(Stored data entries)
»»

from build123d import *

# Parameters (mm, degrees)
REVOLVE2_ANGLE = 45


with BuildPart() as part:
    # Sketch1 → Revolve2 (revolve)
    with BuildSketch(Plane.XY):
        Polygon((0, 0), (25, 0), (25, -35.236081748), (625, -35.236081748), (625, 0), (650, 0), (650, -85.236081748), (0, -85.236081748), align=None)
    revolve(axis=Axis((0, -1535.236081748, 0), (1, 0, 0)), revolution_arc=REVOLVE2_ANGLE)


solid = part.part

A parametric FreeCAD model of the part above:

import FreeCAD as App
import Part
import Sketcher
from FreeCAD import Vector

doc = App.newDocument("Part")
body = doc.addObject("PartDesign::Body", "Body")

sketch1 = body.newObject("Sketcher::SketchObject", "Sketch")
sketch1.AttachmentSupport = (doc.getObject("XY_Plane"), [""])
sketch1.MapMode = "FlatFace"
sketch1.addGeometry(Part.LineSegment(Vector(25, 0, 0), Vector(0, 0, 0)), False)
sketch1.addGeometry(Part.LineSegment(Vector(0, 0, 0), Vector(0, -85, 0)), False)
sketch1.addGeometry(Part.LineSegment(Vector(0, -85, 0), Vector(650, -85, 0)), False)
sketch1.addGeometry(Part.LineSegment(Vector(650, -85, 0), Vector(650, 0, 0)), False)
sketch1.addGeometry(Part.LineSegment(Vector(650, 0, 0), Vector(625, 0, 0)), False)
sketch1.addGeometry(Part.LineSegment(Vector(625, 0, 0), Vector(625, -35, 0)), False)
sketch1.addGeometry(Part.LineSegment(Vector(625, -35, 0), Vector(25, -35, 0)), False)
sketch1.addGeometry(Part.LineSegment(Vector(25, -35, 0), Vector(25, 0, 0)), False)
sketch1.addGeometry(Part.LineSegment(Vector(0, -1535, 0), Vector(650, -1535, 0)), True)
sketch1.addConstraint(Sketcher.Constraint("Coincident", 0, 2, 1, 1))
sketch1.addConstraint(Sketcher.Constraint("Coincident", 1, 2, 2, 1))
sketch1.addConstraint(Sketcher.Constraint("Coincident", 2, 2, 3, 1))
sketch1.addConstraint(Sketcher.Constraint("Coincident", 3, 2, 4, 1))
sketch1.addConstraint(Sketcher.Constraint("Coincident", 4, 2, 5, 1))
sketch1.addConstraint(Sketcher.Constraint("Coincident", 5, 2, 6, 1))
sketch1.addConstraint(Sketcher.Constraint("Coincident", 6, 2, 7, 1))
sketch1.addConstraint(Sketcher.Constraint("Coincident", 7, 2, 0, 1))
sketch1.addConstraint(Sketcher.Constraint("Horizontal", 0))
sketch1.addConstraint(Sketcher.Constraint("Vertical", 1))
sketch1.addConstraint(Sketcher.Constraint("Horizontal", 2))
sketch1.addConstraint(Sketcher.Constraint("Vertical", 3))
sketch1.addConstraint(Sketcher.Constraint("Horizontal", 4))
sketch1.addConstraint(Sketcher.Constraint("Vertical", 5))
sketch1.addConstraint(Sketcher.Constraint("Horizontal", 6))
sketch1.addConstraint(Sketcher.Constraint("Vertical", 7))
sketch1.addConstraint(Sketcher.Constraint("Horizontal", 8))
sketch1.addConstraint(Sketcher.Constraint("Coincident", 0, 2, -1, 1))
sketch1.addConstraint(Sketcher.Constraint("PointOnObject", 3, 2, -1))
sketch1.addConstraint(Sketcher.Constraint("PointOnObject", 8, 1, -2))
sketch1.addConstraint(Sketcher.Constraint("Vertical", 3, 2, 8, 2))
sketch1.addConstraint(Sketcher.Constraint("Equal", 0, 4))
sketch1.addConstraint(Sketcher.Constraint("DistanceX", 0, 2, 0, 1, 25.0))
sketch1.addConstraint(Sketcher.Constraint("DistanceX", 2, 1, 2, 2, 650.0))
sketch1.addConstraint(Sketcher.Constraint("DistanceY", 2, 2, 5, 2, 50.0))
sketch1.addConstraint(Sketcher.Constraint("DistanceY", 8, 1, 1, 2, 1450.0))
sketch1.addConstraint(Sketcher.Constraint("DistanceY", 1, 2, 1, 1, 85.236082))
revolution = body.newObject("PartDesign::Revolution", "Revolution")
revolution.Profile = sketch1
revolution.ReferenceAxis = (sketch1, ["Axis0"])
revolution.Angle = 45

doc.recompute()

««
»»

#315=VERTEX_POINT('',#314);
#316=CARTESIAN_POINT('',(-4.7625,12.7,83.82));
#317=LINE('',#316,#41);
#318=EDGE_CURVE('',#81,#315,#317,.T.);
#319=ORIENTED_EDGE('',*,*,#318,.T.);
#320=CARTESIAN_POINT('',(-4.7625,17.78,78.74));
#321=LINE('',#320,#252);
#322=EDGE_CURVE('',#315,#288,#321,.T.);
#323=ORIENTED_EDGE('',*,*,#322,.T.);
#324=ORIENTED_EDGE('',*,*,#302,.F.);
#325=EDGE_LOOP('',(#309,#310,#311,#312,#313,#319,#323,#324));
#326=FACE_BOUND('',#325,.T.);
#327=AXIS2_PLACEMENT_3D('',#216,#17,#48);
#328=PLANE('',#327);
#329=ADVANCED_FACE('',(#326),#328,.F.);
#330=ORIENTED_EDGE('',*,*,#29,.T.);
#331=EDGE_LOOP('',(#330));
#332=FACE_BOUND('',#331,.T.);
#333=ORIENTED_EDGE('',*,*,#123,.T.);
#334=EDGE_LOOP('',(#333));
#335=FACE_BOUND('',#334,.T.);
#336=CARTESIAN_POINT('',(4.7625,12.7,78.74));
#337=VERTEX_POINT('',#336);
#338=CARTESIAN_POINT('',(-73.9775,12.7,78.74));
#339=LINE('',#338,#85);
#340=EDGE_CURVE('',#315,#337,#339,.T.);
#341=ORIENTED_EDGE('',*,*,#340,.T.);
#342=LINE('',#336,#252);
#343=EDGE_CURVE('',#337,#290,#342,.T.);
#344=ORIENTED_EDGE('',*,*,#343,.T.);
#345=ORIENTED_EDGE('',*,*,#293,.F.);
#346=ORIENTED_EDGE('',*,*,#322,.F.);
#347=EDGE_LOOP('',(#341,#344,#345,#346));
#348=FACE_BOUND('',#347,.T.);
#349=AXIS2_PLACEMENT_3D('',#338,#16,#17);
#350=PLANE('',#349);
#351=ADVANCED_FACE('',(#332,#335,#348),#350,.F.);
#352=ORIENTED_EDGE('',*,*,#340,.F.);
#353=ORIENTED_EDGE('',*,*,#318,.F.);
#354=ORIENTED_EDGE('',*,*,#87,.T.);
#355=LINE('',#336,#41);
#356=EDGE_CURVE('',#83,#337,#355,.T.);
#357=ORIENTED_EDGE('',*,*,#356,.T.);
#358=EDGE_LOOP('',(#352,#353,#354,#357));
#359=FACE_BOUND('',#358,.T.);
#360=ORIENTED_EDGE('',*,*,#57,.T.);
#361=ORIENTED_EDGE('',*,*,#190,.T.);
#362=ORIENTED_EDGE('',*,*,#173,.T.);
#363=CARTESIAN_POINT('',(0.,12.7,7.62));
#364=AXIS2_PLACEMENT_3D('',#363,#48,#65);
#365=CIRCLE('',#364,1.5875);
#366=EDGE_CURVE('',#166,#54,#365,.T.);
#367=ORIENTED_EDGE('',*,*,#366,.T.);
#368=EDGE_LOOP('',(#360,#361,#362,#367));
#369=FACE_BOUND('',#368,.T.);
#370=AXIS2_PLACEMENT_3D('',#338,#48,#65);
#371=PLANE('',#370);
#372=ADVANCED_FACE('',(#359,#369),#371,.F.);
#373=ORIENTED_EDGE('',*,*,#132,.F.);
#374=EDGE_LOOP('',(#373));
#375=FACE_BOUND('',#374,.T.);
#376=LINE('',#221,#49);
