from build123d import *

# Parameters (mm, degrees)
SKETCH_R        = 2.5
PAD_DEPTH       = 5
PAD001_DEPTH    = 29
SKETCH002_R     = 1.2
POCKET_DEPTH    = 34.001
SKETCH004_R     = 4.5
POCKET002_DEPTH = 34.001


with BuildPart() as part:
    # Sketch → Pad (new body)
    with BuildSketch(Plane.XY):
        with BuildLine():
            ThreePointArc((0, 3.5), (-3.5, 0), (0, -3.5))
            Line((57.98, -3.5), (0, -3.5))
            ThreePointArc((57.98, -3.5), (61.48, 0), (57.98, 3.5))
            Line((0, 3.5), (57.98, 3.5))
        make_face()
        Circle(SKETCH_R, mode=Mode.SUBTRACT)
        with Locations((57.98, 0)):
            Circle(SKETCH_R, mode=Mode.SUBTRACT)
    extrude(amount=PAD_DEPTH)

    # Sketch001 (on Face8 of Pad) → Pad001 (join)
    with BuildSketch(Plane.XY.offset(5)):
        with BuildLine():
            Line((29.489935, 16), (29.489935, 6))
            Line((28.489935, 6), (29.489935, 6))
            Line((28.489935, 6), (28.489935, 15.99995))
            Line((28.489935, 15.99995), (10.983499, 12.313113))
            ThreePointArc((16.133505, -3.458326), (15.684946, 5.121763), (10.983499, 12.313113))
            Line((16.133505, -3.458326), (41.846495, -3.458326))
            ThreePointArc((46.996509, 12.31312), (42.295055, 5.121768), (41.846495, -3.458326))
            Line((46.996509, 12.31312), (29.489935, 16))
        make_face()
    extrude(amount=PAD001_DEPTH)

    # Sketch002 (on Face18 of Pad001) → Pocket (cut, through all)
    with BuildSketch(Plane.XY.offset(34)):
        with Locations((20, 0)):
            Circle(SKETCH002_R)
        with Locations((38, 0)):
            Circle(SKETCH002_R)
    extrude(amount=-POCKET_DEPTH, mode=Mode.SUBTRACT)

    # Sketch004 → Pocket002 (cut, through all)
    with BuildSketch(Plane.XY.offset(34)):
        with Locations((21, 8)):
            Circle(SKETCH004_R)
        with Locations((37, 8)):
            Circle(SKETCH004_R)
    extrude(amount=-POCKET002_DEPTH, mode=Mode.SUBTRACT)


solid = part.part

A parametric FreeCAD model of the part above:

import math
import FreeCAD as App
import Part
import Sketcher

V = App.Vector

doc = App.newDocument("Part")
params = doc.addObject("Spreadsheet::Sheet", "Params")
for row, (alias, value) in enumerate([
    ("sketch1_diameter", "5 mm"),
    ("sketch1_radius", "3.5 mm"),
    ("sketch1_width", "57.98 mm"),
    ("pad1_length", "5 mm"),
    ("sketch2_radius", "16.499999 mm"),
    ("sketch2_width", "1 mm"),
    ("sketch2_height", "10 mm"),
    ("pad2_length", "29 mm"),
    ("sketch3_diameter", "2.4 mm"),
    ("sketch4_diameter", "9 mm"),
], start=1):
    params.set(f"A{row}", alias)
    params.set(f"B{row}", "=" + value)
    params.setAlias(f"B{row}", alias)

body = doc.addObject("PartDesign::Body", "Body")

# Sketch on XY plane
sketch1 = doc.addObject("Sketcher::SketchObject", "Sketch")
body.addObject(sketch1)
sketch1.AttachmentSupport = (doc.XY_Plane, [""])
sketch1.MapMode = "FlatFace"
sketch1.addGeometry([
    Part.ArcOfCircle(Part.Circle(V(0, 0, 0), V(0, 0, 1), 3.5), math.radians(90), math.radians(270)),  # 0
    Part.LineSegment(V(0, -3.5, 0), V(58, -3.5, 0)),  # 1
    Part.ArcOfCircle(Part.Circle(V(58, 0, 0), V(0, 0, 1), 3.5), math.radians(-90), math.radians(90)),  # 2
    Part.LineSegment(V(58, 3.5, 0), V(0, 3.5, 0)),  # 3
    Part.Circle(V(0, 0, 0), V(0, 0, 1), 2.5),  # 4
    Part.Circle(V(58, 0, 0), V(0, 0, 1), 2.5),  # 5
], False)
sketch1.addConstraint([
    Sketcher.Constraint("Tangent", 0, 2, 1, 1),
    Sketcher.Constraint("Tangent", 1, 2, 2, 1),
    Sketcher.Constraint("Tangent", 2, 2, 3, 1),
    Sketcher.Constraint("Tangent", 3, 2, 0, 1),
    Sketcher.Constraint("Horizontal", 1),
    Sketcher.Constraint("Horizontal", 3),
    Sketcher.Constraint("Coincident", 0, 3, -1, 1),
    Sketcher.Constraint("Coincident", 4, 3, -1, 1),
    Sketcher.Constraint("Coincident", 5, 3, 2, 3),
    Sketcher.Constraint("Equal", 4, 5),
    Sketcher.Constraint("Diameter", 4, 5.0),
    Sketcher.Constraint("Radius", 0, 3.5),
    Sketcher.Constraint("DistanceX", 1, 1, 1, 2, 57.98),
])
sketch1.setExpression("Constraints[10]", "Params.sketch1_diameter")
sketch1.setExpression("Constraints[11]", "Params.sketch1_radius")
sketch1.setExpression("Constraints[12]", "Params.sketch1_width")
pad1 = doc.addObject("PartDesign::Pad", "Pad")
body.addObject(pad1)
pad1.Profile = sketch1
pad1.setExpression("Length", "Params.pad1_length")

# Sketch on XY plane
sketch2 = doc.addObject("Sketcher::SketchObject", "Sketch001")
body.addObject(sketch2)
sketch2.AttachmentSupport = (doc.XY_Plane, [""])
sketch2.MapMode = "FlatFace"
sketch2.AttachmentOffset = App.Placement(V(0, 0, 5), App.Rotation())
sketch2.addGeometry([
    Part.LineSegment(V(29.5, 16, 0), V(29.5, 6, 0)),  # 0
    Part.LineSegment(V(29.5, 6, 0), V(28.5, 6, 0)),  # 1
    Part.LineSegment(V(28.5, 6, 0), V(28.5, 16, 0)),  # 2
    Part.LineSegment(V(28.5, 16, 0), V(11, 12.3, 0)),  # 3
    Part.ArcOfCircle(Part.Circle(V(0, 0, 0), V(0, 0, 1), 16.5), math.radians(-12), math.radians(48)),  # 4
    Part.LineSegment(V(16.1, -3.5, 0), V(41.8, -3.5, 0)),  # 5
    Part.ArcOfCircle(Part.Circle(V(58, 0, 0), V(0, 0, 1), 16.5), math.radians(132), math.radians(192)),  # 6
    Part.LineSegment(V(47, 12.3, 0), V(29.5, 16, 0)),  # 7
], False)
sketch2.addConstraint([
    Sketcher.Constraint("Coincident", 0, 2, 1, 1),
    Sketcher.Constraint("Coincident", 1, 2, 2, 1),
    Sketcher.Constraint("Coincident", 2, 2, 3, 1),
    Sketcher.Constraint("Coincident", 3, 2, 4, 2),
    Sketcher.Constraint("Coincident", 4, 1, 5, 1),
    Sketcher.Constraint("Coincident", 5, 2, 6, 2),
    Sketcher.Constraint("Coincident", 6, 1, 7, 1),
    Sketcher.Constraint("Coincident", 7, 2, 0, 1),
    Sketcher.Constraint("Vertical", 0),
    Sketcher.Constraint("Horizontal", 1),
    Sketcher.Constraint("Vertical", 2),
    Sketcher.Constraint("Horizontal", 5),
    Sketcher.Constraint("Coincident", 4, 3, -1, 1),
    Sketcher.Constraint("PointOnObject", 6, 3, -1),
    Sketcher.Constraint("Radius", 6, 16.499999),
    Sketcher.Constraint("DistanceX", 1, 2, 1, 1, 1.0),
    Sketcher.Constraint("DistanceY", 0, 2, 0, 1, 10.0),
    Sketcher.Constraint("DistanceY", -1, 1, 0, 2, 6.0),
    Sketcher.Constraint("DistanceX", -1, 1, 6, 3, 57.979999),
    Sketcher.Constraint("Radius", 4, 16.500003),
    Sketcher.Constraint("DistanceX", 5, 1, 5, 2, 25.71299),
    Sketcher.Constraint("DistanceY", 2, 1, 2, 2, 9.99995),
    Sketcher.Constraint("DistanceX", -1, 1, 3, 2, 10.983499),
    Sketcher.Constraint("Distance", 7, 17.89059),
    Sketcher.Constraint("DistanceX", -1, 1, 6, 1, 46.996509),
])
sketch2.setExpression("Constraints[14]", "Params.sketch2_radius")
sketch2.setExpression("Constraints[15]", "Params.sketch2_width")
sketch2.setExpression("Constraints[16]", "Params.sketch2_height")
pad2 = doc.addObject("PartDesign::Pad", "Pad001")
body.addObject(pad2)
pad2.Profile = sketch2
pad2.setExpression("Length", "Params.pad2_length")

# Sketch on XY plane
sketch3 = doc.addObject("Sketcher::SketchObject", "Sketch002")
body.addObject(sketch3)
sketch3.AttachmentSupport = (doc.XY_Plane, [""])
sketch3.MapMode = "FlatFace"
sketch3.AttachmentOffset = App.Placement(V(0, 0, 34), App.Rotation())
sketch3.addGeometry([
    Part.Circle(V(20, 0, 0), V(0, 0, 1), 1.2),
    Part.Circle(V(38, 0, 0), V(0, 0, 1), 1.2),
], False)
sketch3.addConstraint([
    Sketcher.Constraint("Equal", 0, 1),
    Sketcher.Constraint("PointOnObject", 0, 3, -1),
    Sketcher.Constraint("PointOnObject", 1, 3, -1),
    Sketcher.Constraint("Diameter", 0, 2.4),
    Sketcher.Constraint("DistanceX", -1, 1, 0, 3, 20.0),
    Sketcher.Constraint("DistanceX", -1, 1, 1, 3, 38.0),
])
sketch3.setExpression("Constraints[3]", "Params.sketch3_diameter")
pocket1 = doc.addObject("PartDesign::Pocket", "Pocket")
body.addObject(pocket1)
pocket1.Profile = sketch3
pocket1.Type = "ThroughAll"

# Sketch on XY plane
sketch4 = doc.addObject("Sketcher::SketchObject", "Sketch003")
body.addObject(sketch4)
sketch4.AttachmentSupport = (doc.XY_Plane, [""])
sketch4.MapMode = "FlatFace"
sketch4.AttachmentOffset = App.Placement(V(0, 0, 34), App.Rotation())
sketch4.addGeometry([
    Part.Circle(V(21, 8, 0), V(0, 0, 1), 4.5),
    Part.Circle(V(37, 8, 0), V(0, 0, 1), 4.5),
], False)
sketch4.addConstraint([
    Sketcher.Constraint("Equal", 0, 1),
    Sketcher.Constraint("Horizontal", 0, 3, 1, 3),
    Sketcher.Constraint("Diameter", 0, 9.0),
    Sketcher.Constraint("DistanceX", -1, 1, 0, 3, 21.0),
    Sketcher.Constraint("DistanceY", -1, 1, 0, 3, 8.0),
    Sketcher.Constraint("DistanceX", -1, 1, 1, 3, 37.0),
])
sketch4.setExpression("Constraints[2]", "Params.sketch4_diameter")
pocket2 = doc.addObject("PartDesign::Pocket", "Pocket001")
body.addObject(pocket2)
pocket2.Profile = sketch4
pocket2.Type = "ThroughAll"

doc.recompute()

««

**Work instructions**
Working from the records above, write out verbatim only the lines from the line containing "#349=AXIS2_PLACEMENT_3D('',#338,#16,#17);" through the line containing "#360=ORIENTED_EDGE('',*,*,#57,.T.);".

**Exercise result**
#349=AXIS2_PLACEMENT_3D('',#338,#16,#17);
#350=PLANE('',#349);
#351=ADVANCED_FACE('',(#332,#335,#348),#350,.F.);
#352=ORIENTED_EDGE('',*,*,#340,.F.);
#353=ORIENTED_EDGE('',*,*,#318,.F.);
#354=ORIENTED_EDGE('',*,*,#87,.T.);
#355=LINE('',#336,#41);
#356=EDGE_CURVE('',#83,#337,#355,.T.);
#357=ORIENTED_EDGE('',*,*,#356,.T.);
#358=EDGE_LOOP('',(#352,#353,#354,#357));
#359=FACE_BOUND('',#358,.T.);
#360=ORIENTED_EDGE('',*,*,#57,.T.);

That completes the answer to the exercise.